Die Stellungnahme zielt darauf ab, die in zahlreichen Staaten ablaufenden Debatten über die „Grenzen der Leistungsfähigkeit des Gesundheitswesens“ auch in Deutschland zu forcieren. Denn hierzulande stecke die Diskussion noch vergleichsweise in den Kinderschuhen und werde noch nicht mit der „hinreichenden Intensität und Konsequenz“ geführt. Sie würde jedoch in dem Maße unumgänglich, wie bereits eine knappheitsbedingte Unterversorgung vorliege. Letztlich seien Entscheidungen über den Umfang solidarisch finanzierter Leistungen ethische Entscheidungen, die im gesellschaftlichen Diskurs und auf politischem Wege getroffen werden müssten.

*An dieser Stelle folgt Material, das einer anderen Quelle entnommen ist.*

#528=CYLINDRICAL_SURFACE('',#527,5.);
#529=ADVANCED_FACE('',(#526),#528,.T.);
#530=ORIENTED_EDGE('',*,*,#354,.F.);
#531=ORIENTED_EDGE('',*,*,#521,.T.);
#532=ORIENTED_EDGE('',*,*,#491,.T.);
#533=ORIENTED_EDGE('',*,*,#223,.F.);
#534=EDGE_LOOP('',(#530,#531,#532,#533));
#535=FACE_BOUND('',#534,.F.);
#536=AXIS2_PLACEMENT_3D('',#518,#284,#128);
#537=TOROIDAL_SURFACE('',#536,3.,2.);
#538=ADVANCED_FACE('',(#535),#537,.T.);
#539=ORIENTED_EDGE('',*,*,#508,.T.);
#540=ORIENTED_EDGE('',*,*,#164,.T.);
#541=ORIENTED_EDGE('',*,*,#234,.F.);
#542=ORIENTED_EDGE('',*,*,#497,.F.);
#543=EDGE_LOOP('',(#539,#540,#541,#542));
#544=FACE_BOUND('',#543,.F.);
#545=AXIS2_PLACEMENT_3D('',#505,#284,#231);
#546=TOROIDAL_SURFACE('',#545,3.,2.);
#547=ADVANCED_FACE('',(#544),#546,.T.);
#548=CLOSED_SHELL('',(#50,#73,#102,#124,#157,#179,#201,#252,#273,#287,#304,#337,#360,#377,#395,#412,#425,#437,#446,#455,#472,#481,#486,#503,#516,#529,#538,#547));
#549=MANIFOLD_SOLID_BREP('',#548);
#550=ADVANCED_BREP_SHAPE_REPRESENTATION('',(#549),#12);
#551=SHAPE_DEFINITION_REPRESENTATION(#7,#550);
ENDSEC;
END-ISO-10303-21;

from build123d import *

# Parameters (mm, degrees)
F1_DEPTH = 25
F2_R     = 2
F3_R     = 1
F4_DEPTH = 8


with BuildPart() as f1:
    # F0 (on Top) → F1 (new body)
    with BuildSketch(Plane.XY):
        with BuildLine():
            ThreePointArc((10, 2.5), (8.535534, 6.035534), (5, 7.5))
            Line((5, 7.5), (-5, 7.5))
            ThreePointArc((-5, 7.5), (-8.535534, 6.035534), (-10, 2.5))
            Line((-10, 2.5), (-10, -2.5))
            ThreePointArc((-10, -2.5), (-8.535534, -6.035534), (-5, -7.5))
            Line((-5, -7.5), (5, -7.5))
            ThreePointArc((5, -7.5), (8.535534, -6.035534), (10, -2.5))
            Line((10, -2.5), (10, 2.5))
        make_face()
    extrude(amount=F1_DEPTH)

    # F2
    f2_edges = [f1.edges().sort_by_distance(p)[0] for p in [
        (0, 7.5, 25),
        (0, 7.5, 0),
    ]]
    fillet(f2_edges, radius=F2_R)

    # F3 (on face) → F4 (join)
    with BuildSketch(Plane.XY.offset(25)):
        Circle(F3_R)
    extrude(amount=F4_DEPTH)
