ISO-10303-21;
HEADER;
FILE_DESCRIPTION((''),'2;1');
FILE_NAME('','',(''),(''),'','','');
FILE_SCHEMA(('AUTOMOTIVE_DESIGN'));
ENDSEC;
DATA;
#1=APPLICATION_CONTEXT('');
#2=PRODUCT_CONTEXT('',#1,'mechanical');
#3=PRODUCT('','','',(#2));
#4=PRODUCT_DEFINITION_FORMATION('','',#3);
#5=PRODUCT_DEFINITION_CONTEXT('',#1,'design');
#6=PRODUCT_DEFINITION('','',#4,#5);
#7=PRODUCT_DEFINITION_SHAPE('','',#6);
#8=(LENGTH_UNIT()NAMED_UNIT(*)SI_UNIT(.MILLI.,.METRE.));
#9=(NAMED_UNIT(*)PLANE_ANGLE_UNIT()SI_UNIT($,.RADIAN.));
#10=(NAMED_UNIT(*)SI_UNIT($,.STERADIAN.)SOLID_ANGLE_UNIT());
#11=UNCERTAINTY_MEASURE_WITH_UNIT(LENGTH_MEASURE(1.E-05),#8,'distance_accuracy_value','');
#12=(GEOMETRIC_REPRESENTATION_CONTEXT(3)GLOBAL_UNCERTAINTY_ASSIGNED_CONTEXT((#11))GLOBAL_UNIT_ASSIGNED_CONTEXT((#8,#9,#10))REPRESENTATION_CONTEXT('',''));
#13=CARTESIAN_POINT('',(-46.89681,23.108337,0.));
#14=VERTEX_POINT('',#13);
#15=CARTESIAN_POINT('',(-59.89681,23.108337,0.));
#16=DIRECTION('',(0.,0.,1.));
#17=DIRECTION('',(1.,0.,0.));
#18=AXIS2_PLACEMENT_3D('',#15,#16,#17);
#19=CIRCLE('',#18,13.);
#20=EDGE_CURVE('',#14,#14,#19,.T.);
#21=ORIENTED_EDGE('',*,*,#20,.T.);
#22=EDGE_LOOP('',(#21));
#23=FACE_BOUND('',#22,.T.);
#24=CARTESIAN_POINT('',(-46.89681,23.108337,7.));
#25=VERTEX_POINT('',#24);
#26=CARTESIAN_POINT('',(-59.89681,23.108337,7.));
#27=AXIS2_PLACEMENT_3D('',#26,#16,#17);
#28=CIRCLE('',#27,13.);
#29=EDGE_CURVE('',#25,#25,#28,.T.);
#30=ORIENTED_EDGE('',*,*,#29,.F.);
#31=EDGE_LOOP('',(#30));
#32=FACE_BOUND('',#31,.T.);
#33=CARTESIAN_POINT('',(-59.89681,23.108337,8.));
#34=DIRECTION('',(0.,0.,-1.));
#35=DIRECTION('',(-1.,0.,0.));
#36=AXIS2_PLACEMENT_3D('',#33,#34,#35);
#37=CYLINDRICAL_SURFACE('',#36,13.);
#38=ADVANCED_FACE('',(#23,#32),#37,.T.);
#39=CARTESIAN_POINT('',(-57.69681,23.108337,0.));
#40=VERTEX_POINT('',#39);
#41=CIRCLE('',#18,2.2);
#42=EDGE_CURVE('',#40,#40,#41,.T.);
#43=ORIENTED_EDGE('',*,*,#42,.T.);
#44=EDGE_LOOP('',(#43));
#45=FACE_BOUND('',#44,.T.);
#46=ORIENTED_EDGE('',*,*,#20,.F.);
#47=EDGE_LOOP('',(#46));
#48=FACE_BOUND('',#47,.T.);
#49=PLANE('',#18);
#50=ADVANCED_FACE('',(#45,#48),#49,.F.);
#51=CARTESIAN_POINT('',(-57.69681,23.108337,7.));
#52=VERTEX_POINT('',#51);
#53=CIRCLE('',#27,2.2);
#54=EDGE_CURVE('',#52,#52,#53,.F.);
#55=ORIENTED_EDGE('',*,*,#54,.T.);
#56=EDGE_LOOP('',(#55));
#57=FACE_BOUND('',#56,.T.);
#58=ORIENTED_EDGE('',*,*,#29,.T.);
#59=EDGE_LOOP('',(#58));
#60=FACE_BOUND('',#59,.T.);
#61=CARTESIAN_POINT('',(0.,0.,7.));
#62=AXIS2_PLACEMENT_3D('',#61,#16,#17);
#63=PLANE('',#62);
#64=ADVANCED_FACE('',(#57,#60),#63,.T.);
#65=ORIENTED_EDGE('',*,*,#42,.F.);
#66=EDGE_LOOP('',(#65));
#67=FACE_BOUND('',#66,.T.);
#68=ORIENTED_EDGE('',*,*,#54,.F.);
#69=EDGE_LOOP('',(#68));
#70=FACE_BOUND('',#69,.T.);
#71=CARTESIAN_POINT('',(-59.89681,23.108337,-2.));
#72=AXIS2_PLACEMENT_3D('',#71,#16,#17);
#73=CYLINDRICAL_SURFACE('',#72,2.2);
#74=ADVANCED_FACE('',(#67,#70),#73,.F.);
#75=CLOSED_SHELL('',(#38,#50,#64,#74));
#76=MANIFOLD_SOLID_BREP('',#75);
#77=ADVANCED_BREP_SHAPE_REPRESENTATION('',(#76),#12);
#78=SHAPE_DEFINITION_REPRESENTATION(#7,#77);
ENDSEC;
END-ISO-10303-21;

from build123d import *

# Parameters (mm, degrees)
SKETCH1_R           = 13
SKETCH1_R_2         = 1.5
BOSS_EXTRUDE1_DEPTH = 8
SKETCH2_R           = 2.2
CUT_EXTRUDE1_DEPTH  = 10
CUT_EXTRUDE2_DEPTH  = 1


with BuildPart() as part:
    # Sketch1 → Boss-Extrude1 (new body)
    with BuildSketch(Plane.XY):
        with Locations((-59.896810081, 23.108337223)):
            Circle(SKETCH1_R)
        with Locations((-59.896810081, 23.108337223)):
            Circle(SKETCH1_R_2, mode=Mode.SUBTRACT)
    extrude(amount=BOSS_EXTRUDE1_DEPTH)

    # Sketch2 → Cut-Extrude1 (cut)
    with BuildSketch(Plane.XY.offset(8)):
        with Locations((-59.896810081, 23.108337223)):
            Circle(SKETCH2_R)
    extrude(amount=-CUT_EXTRUDE1_DEPTH, mode=Mode.SUBTRACT)

    # Sketch4 → Cut-Extrude2 (cut)
    with BuildSketch(Plane.XY.offset(8)):
        Polygon((-73.325248838, 36.16514022), (-53.384391692, 38.140415901), (-46.517922759, 36.16514022), (-46.517922759, 9.754225618), (-73.325248838, 9.754225618), align=None)
    extrude(amount=-CUT_EXTRUDE2_DEPTH, mode=Mode.SUBTRACT)


solid = part.part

Ergo: Der vom Bundestag eingesetzte Ethikrat soll den gesellschaftlichen Konsens für Kostenreduzierungen im medizinischen und pflegerischen Bereich organisieren bzw. zu deren ethischer und politischer Legitimation beitragen. Die Sache selbst, angebliche Mittelknappheit und die bereits erfolgende selektive Rationierung, wird nicht in Frage gestellt. Bezogen auf den Pflegesektor gilt nicht die Altersrationierung selbst als skandalös, sondern lediglich die Tatsache, dass sie verdeckt abläuft. Seit Jahren wird also eine Debatte über die Rationierung von pflegerischen Leistungen geführt, ohne dass diese überhaupt in notwendiger Qualität allen Bedürftigen angeboten werden.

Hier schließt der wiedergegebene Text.